--- Supplied entries Enclosed Below ---
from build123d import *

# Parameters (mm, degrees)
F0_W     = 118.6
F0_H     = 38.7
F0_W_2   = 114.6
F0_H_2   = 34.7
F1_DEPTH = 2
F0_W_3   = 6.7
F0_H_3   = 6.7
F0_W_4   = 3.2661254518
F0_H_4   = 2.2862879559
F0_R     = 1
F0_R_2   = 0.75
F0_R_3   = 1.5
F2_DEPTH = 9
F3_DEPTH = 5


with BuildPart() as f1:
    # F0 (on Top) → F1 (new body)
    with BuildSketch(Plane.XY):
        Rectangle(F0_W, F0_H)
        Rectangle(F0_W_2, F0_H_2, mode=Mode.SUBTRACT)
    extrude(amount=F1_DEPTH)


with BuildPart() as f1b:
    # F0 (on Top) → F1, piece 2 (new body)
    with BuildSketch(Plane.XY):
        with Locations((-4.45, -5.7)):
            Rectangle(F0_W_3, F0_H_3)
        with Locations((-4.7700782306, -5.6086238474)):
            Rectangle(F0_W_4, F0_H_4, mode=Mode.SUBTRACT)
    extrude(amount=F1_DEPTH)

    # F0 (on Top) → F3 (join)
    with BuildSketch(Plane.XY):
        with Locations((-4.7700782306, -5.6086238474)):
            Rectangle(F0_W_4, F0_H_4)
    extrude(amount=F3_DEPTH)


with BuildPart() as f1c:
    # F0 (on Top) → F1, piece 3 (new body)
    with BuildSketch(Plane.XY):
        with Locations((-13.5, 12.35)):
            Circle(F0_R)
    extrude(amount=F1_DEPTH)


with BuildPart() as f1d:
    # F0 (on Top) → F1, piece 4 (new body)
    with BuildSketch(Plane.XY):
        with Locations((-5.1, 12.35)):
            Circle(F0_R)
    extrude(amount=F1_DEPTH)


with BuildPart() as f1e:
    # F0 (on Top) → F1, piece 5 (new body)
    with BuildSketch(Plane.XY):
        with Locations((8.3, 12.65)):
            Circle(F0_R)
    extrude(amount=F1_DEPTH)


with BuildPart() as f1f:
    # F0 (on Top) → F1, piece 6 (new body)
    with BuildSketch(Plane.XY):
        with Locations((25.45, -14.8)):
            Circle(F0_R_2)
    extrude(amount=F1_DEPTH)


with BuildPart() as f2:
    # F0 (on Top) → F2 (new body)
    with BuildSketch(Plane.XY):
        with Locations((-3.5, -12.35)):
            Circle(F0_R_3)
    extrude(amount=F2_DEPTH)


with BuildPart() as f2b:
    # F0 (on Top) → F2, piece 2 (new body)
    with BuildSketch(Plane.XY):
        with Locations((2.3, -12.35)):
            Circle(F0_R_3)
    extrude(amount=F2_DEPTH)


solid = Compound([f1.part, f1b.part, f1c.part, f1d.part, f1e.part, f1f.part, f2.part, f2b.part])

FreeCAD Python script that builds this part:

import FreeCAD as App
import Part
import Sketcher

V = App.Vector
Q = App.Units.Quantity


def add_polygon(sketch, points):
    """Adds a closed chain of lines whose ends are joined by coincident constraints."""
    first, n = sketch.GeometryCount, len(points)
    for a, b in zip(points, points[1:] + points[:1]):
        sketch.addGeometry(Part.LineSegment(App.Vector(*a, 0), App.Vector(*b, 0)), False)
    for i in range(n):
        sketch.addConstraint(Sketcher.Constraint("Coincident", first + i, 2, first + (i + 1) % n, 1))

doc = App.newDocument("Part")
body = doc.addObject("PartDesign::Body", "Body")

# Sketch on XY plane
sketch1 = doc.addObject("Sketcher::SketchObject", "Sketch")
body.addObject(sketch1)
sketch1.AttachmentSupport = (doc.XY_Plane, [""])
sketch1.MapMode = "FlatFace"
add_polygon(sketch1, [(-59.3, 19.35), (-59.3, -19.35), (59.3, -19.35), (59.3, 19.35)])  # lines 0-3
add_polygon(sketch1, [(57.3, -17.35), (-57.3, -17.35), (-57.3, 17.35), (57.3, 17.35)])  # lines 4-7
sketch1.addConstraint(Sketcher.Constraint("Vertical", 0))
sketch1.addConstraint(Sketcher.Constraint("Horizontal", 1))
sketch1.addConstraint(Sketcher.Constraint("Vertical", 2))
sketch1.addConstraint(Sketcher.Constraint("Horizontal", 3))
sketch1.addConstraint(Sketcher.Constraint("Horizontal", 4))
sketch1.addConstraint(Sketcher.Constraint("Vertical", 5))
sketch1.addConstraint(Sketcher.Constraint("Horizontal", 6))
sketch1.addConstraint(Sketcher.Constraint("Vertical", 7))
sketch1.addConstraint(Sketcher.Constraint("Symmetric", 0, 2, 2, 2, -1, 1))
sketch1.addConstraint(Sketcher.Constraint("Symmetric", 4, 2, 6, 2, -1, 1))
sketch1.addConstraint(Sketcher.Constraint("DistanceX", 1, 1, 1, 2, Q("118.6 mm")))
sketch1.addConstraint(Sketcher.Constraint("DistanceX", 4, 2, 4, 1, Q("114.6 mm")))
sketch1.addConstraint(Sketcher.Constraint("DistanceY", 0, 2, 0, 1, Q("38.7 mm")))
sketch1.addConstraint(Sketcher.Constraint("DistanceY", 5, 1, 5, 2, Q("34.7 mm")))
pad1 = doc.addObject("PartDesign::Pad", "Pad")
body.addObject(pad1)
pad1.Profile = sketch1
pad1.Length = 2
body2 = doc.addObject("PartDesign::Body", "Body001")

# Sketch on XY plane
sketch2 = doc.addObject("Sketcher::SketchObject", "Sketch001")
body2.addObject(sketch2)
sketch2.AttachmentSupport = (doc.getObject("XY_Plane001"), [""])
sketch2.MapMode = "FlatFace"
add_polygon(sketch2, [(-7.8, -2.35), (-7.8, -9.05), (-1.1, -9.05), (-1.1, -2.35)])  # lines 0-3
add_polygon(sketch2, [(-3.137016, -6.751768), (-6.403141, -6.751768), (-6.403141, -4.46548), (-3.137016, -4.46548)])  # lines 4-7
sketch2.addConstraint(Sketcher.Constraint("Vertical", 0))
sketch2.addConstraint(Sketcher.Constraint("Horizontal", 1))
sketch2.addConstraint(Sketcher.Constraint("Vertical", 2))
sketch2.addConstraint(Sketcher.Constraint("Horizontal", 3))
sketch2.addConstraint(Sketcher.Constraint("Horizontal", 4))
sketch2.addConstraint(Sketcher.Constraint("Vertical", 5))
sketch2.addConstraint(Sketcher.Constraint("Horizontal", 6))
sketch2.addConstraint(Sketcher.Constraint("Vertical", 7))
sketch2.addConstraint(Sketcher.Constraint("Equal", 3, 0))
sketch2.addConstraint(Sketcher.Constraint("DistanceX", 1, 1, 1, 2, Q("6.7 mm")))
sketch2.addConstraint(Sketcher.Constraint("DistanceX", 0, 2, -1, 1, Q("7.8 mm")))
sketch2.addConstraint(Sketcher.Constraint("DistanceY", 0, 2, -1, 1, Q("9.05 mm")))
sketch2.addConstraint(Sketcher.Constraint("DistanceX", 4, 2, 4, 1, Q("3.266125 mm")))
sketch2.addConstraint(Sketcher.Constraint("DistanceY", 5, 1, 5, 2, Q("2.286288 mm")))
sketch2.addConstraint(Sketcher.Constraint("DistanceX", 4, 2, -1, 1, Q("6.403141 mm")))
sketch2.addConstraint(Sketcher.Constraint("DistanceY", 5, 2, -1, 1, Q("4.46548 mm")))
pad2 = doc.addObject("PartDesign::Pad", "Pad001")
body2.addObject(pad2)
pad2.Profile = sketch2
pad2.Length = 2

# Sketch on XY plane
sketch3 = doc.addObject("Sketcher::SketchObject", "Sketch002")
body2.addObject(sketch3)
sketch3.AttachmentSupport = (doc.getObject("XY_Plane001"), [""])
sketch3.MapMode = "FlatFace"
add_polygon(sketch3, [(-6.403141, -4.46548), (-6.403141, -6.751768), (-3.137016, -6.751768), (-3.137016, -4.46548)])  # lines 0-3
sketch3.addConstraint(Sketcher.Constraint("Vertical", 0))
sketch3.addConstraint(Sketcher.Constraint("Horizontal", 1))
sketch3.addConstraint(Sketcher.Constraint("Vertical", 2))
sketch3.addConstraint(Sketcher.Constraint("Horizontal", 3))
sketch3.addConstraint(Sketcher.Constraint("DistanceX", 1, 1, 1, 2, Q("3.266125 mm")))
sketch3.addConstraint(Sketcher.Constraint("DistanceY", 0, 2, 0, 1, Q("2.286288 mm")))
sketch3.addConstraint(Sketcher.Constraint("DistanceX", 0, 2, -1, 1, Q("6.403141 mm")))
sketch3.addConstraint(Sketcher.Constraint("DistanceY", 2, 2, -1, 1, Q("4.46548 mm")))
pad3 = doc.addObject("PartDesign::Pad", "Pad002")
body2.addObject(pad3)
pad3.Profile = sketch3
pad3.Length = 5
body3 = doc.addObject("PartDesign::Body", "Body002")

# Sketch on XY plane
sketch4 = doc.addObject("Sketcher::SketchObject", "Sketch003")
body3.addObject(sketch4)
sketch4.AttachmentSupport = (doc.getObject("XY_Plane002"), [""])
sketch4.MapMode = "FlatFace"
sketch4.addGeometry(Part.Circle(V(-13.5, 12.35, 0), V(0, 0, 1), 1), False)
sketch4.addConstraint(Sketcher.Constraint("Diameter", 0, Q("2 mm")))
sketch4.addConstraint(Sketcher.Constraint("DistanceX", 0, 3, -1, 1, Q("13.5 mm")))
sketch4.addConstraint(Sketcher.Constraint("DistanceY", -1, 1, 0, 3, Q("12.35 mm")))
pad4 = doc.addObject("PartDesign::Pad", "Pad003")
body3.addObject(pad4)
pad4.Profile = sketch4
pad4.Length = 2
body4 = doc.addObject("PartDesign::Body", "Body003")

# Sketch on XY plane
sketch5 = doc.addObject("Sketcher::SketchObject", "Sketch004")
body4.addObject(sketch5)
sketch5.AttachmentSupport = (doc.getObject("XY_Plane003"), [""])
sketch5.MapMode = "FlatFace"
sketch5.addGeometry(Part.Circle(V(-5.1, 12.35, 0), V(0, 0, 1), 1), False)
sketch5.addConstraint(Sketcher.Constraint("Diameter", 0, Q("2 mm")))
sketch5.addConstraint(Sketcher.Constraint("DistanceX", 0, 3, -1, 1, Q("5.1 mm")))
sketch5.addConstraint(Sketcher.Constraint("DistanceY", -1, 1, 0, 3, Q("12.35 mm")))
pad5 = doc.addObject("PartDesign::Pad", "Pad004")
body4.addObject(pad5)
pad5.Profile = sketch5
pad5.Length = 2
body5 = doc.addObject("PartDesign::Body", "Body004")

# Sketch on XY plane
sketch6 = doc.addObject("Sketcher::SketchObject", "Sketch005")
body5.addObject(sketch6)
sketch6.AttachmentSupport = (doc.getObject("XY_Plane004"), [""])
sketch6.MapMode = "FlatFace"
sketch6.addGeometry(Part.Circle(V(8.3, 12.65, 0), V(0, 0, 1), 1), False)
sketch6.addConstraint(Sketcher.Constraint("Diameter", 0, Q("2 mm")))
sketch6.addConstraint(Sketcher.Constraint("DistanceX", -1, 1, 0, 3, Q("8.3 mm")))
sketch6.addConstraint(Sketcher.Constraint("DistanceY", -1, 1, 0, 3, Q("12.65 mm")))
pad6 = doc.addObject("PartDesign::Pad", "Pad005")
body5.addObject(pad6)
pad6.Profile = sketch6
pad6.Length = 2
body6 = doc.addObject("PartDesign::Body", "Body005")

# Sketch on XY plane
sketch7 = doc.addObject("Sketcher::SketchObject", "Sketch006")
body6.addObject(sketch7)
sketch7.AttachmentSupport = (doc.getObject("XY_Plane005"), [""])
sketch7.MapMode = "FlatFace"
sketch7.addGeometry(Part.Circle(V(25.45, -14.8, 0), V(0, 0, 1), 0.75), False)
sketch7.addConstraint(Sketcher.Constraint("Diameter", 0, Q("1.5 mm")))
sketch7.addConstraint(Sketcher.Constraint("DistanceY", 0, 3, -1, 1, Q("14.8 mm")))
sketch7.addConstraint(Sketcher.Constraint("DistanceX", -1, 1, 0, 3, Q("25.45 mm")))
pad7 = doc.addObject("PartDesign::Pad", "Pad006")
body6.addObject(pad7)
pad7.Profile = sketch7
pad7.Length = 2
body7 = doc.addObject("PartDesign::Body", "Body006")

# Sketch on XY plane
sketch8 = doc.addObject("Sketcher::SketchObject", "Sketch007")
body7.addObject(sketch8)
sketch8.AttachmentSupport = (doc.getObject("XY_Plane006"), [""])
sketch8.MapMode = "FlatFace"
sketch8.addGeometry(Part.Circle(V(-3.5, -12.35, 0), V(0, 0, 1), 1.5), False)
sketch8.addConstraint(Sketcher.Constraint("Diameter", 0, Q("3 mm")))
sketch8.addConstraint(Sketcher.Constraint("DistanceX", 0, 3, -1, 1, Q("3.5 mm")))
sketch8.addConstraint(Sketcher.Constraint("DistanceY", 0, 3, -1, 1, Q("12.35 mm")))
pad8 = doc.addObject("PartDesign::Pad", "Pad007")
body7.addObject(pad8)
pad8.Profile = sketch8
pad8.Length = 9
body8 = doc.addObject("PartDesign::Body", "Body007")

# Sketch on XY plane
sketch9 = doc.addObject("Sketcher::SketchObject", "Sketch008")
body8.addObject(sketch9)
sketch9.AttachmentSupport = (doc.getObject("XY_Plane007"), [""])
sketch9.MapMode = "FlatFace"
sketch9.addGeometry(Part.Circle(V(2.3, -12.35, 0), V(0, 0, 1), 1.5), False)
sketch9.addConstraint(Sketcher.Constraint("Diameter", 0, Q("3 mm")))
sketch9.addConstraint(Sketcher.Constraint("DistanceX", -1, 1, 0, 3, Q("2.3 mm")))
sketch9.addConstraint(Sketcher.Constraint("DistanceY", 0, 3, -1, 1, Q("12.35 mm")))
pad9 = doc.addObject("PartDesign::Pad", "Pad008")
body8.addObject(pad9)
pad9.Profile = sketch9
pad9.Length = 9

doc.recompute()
--- End of Enclosed Supplied entries ---
◆ What you will do ◆
In the records, find every line that has the string "piece" and copy it.

◆ Result for this task ◆
    # F0 (on Top) → F1, piece 2 (new body)
    # F0 (on Top) → F1, piece 3 (new body)
    # F0 (on Top) → F1, piece 4 (new body)
    # F0 (on Top) → F1, piece 5 (new body)
    # F0 (on Top) → F1, piece 6 (new body)
    # F0 (on Top) → F2, piece 2 (new body)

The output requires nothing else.